** Raw data **

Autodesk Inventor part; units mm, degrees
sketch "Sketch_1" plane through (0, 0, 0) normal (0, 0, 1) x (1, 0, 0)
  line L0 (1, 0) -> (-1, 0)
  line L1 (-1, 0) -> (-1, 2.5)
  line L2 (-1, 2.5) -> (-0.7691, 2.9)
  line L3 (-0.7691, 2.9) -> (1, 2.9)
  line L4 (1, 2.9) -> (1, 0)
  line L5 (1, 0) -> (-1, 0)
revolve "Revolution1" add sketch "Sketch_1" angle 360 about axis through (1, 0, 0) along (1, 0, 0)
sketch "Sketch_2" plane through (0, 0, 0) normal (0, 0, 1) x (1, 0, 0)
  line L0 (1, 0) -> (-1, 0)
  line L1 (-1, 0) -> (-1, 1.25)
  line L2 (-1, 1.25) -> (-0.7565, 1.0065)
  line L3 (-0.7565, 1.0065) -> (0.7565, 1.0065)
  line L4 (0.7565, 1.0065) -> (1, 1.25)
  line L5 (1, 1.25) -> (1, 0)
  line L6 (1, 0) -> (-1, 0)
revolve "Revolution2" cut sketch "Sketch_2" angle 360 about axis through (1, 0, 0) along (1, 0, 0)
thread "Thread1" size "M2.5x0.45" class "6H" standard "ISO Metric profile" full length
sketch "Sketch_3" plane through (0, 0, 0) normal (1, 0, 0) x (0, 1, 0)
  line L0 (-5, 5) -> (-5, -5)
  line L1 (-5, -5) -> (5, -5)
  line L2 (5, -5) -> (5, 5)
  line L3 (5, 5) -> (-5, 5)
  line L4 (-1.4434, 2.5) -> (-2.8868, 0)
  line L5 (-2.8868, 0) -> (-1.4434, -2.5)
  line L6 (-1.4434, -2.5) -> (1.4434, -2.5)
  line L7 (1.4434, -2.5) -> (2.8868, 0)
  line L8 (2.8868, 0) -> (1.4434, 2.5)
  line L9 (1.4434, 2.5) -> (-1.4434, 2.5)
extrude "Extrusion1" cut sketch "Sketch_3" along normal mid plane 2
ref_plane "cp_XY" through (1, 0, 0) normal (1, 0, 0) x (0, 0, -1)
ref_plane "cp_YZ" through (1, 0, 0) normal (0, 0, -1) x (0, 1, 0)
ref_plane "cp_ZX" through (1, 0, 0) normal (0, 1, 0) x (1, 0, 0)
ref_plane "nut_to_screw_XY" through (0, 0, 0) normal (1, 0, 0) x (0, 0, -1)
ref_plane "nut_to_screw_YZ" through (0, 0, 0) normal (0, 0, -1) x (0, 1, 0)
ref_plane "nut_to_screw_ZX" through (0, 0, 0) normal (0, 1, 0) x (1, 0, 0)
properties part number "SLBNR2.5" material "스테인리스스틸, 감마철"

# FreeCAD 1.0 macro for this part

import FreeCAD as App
import Part
import Sketcher
from FreeCAD import Vector
Q = App.Units.Quantity


def add_polygon(sketch, points):
    """Adds a closed chain of lines whose ends are joined by coincident constraints."""
    first, n = sketch.GeometryCount, len(points)
    for a, b in zip(points, points[1:] + points[:1]):
        sketch.addGeometry(Part.LineSegment(App.Vector(*a, 0), App.Vector(*b, 0)), False)
    for i in range(n):
        sketch.addConstraint(Sketcher.Constraint("Coincident", first + i, 2, first + (i + 1) % n, 1))

doc = App.newDocument("Part")
body = doc.addObject("PartDesign::Body", "Body")

# Sketch on XY plane
sketch1 = body.newObject("Sketcher::SketchObject", "Sketch")
sketch1.AttachmentSupport = (doc.getObject("XY_Plane"), [""])
sketch1.MapMode = "FlatFace"
add_polygon(sketch1, [(-1, 0), (1, 0), (1, 2.9), (-0.77, 2.9), (-1, 2.5)])  # lines 0-4
sketch1.addConstraint(Sketcher.Constraint("Horizontal", 0))
sketch1.addConstraint(Sketcher.Constraint("Vertical", 1))
sketch1.addConstraint(Sketcher.Constraint("Horizontal", 2))
sketch1.addConstraint(Sketcher.Constraint("Vertical", 4))
sketch1.addConstraint(Sketcher.Constraint("Symmetric", 0, 2, 4, 2, -1, 1))
sketch1.addConstraint(Sketcher.Constraint("DistanceX", 0, 1, 0, 2, Q("2 mm")))
sketch1.addConstraint(Sketcher.Constraint("DistanceY", 1, 1, 1, 2, Q("2.9 mm")))
sketch1.addConstraint(Sketcher.Constraint("DistanceY", 4, 2, 4, 1, Q("2.5 mm")))
sketch1.addConstraint(Sketcher.Constraint("DistanceX", 2, 2, 2, 1, Q("1.769 mm")))
revolution = body.newObject("PartDesign::Revolution", "Revolution")
revolution.Profile = sketch1
revolution.ReferenceAxis = (sketch1, ["H_Axis"])
revolution.Angle = 360

# Sketch on XY plane
sketch2 = body.newObject("Sketcher::SketchObject", "Sketch001")
sketch2.AttachmentSupport = (doc.getObject("XY_Plane"), [""])
sketch2.MapMode = "FlatFace"
add_polygon(sketch2, [(-1, 0), (1, 0), (1, 1.25), (0.76, 1.01), (-0.76, 1.01), (-1, 1.25)])  # lines 0-5
sketch2.addConstraint(Sketcher.Constraint("Horizontal", 0))
sketch2.addConstraint(Sketcher.Constraint("Vertical", 1))
sketch2.addConstraint(Sketcher.Constraint("Horizontal", 3))
sketch2.addConstraint(Sketcher.Constraint("Vertical", 5))
sketch2.addConstraint(Sketcher.Constraint("Symmetric", 0, 2, 5, 2, -1, 1))
sketch2.addConstraint(Sketcher.Constraint("Perpendicular", 2, 4))
sketch2.addConstraint(Sketcher.Constraint("Horizontal", 1, 2, 4, 2))
sketch2.addConstraint(Sketcher.Constraint("Equal", 2, 4))
sketch2.addConstraint(Sketcher.Constraint("DistanceX", 0, 1, 0, 2, Q("2 mm")))
sketch2.addConstraint(Sketcher.Constraint("DistanceY", 1, 1, 1, 2, Q("1.25 mm")))
sketch2.addConstraint(Sketcher.Constraint("DistanceX", 3, 2, 3, 1, Q("1.513 mm")))
groove = body.newObject("PartDesign::Groove", "Groove")
groove.Profile = sketch2
groove.ReferenceAxis = (sketch2, ["H_Axis"])
groove.Angle = 360

# Sketch on YZ plane
sketch3 = body.newObject("Sketcher::SketchObject", "Sketch002")
sketch3.AttachmentSupport = (doc.getObject("YZ_Plane"), [""])
sketch3.MapMode = "FlatFace"
add_polygon(sketch3, [(5, 5), (-5, 5), (-5, -5), (5, -5)])  # lines 0-3
add_polygon(sketch3, [(-2.9, 0), (-1.4, 2.5), (1.4, 2.5), (2.9, 0), (1.4, -2.5), (-1.4, -2.5)])  # lines 4-9
sketch3.addConstraint(Sketcher.Constraint("Horizontal", 0))
sketch3.addConstraint(Sketcher.Constraint("Vertical", 1))
sketch3.addConstraint(Sketcher.Constraint("Horizontal", 2))
sketch3.addConstraint(Sketcher.Constraint("Vertical", 3))
sketch3.addConstraint(Sketcher.Constraint("Horizontal", 5))
sketch3.addConstraint(Sketcher.Constraint("Horizontal", 8))
sketch3.addConstraint(Sketcher.Constraint("Symmetric", 0, 2, 2, 2, -1, 1))
sketch3.addConstraint(Sketcher.Constraint("Symmetric", 4, 2, 7, 2, -1, 1))
sketch3.addConstraint(Sketcher.Constraint("Symmetric", 6, 2, 9, 2, -1, 1))
sketch3.addConstraint(Sketcher.Constraint("PointOnObject", 6, 2, -1))
sketch3.addConstraint(Sketcher.Constraint("Parallel", 6, 9))
sketch3.addConstraint(Sketcher.Constraint("Vertical", 5, 2, 7, 2))
sketch3.addConstraint(Sketcher.Constraint("Equal", 2, 1))
sketch3.addConstraint(Sketcher.Constraint("DistanceX", 0, 2, 0, 1, Q("10 mm")))
sketch3.addConstraint(Sketcher.Constraint("Angle", 4, Q("59.9996 deg")))
sketch3.addConstraint(Sketcher.Constraint("DistanceY", 7, 2, 5, 2, Q("5 mm")))
sketch3.addConstraint(Sketcher.Constraint("DistanceX", 5, 1, 5, 2, Q("2.8868 mm")))
pocket1 = body.newObject("PartDesign::Pocket", "Pocket")
pocket1.Profile = sketch3
pocket1.Length = 2
pocket1.Midplane = True

doc.recompute()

** What to do **
Could you set down, exactly as written, the lines above between the one holding "0) x (0, 1, 0)" and the one holding "properties part number", inclusive, and nothing more?

** Answer box **
sketch "Sketch_3" plane through (0, 0, 0) normal (1, 0, 0) x (0, 1, 0)
  line L0 (-5, 5) -> (-5, -5)
  line L1 (-5, -5) -> (5, -5)
  line L2 (5, -5) -> (5, 5)
  line L3 (5, 5) -> (-5, 5)
  line L4 (-1.4434, 2.5) -> (-2.8868, 0)
  line L5 (-2.8868, 0) -> (-1.4434, -2.5)
  line L6 (-1.4434, -2.5) -> (1.4434, -2.5)
  line L7 (1.4434, -2.5) -> (2.8868, 0)
  line L8 (2.8868, 0) -> (1.4434, 2.5)
  line L9 (1.4434, 2.5) -> (-1.4434, 2.5)
extrude "Extrusion1" cut sketch "Sketch_3" along normal mid plane 2
ref_plane "cp_XY" through (1, 0, 0) normal (1, 0, 0) x (0, 0, -1)
ref_plane "cp_YZ" through (1, 0, 0) normal (0, 0, -1) x (0, 1, 0)
ref_plane "cp_ZX" through (1, 0, 0) normal (0, 1, 0) x (1, 0, 0)
ref_plane "nut_to_screw_XY" through (0, 0, 0) normal (1, 0, 0) x (0, 0, -1)
ref_plane "nut_to_screw_YZ" through (0, 0, 0) normal (0, 0, -1) x (0, 1, 0)
ref_plane "nut_to_screw_ZX" through (0, 0, 0) normal (0, 1, 0) x (1, 0, 0)
properties part number "SLBNR2.5" material "스테인리스스틸, 감마철"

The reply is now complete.